4. メタバースにおけるウェルネスへようこそ

ウェルネスルーティンにおけるテクノロジーへの反発が見られる一方で、健康、フィットネス、メンタルウェルビーイングをデジタル技術と融合させることへの健全な欲求は依然として存在する。没入型バーチャルリアリティワークアウトや瞑想から、バーチャルスパリトリート、身体活動に対してトークンで報酬を与えるブロックチェーンプラットフォーム、さらにはAIアバターによって提供されるセラピーまで、これがメタバースにおけるウェルネスだ。

「VRヘルスケア市場は大幅に成長している。2030年まで年間約30%成長すると予測されている。臨床専門家や研究者が、ストレス軽減、理学療法やフィットネス活動の強化のための効果的なツールとして、バーチャル環境をますます検証しているからだ」と、医学博士で医療アドバイザーのブレン・テスフ氏は述べた。

研究は、バーチャル環境が健康成果を高める可能性があることを示唆している。VRマインドフルネスプログラムは参加者のストレスと不安レベルを軽減し、バーチャルエクササイズは従来のエクササイズクラスよりも多くのモチベーションと一貫性をもたらしたと、テスフ博士は説明した。

「女性にとって、このトレンドは便利で包括的で支援的なウェルネス体験へのアクセスを提供する機会だ。これらのバーチャルウェルネススペースにより、女性は場所やスケジュールの競合に関係なく、ガイド付きフィットネスクラス、マインドフルネスセッション、健康ワークショップに参加できる。これは働く女性や介護者である女性にとって特に重要だ」と彼女は述べた。

5. スキンケアのシンプル化

12ステップのスキンケアルーティンに疲れを感じているなら、あなただけではない。「ガラス肌ルック」のような不可能なスキンケア基準から、複雑な多段階の儀式まで、女性たちは疲労を感じており、より簡単で基本的な健康的な肌へのアプローチを切望している。そして、研究は、「天然」成分を含むものであっても、あまりに多くのパーソナルケア製品が有害であり、健康に危険をもたらす可能性さえあることを示している。

そのため、スキンケアへのミニマリストアプローチの台頭が見られるだろう。質の高い、持続可能な方法で調達された成分のみで作られた質の高い製品に焦点を当て、肌固有のニーズを容易に、ほとんど努力なしで高める。

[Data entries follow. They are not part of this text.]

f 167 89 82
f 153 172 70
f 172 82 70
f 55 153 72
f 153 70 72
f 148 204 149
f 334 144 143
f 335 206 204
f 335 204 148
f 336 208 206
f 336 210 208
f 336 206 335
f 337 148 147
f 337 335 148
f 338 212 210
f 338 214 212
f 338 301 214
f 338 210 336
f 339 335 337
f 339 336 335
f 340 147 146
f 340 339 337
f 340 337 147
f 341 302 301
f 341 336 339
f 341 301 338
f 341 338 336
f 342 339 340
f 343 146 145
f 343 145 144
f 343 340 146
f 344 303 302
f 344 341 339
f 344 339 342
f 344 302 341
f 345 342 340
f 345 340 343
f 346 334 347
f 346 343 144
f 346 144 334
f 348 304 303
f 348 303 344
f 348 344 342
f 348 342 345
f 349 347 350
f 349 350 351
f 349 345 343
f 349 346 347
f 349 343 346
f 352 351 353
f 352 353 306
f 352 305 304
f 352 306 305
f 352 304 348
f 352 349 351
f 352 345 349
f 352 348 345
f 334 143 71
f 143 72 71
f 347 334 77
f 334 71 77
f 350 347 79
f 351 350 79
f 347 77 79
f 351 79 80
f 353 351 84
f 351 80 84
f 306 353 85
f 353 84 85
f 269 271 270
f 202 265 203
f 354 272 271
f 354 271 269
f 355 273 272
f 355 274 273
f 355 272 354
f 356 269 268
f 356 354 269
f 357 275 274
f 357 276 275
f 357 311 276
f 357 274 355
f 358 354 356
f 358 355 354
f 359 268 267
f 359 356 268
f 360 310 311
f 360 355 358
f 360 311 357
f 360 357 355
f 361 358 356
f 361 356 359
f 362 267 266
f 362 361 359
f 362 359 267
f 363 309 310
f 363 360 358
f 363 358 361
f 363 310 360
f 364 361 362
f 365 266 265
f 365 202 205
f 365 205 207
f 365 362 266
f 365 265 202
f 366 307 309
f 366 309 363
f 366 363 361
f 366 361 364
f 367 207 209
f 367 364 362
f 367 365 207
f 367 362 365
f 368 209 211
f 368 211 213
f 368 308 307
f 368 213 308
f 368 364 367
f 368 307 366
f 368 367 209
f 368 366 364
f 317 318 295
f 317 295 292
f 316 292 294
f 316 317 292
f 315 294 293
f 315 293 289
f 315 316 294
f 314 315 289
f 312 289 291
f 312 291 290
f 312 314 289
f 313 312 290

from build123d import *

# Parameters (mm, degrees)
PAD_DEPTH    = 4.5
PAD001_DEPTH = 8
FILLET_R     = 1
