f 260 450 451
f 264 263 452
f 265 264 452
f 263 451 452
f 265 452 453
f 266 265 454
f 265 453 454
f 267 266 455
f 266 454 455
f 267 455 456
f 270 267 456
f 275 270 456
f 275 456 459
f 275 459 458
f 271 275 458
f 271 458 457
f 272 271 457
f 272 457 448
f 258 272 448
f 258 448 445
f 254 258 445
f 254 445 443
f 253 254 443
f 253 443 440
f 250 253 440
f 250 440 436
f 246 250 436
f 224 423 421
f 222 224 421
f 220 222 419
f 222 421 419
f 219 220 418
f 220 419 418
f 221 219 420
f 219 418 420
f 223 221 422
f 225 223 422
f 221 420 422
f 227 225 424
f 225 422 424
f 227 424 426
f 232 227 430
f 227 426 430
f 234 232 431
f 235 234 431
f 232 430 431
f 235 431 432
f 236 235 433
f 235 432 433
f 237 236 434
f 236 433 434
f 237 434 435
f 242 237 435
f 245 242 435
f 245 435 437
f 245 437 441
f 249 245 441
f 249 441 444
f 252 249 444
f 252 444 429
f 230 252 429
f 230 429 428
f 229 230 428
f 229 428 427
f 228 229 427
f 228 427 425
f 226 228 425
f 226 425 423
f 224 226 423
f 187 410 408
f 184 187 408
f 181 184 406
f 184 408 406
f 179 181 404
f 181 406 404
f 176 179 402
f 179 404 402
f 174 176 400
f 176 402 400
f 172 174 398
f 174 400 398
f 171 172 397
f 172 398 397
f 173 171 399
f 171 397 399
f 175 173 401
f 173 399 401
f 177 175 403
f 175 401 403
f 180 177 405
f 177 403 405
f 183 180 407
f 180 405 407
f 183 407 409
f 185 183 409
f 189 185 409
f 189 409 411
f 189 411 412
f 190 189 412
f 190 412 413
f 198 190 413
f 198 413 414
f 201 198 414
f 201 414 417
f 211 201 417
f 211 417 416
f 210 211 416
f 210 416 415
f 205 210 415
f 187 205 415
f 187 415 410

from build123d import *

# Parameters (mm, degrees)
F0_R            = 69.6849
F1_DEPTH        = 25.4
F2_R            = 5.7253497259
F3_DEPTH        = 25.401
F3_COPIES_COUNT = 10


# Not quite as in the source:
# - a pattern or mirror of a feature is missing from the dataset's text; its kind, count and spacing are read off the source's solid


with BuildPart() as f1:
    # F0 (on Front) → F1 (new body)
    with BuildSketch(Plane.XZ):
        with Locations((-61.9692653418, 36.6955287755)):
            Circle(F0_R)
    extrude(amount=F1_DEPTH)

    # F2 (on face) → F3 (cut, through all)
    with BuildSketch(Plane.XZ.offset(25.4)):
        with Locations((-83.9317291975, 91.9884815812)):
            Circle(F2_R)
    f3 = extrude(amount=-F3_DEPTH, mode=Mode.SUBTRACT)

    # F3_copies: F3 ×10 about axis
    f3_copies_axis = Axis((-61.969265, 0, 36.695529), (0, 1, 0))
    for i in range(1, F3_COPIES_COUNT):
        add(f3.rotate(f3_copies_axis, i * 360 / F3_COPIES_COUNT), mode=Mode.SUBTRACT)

「科学はバリアフレンドリーな基本とより少ない刺激物を支持している」と、皮膚科医のシャムサ・カンワル医学博士は述べた。「強力な界面活性剤と過度の洗浄は、肌のタンパク質と脂質を破壊し、刺激と経表皮水分損失を高める。これは、より穏やかでシンプルなルーティンへの移行を支持する」

装飾なしで肌を養うために、カンワル博士はスキンケアをわずか3〜4ステップに簡素化することを提案した。「推奨されるルーティンは、穏やかに洗浄し、保湿し、毎日SPF30以上を使用し、一度に1つのターゲット活性成分のみを重ねることだ」

彼女はまた、接触アレルゲンのリスクを減らすために無香料処方を選び、必要に応じてバリアサポートのためのナイアシンアミドや脂質補充のためのセラミドなどの活性成分を追加することを推奨した。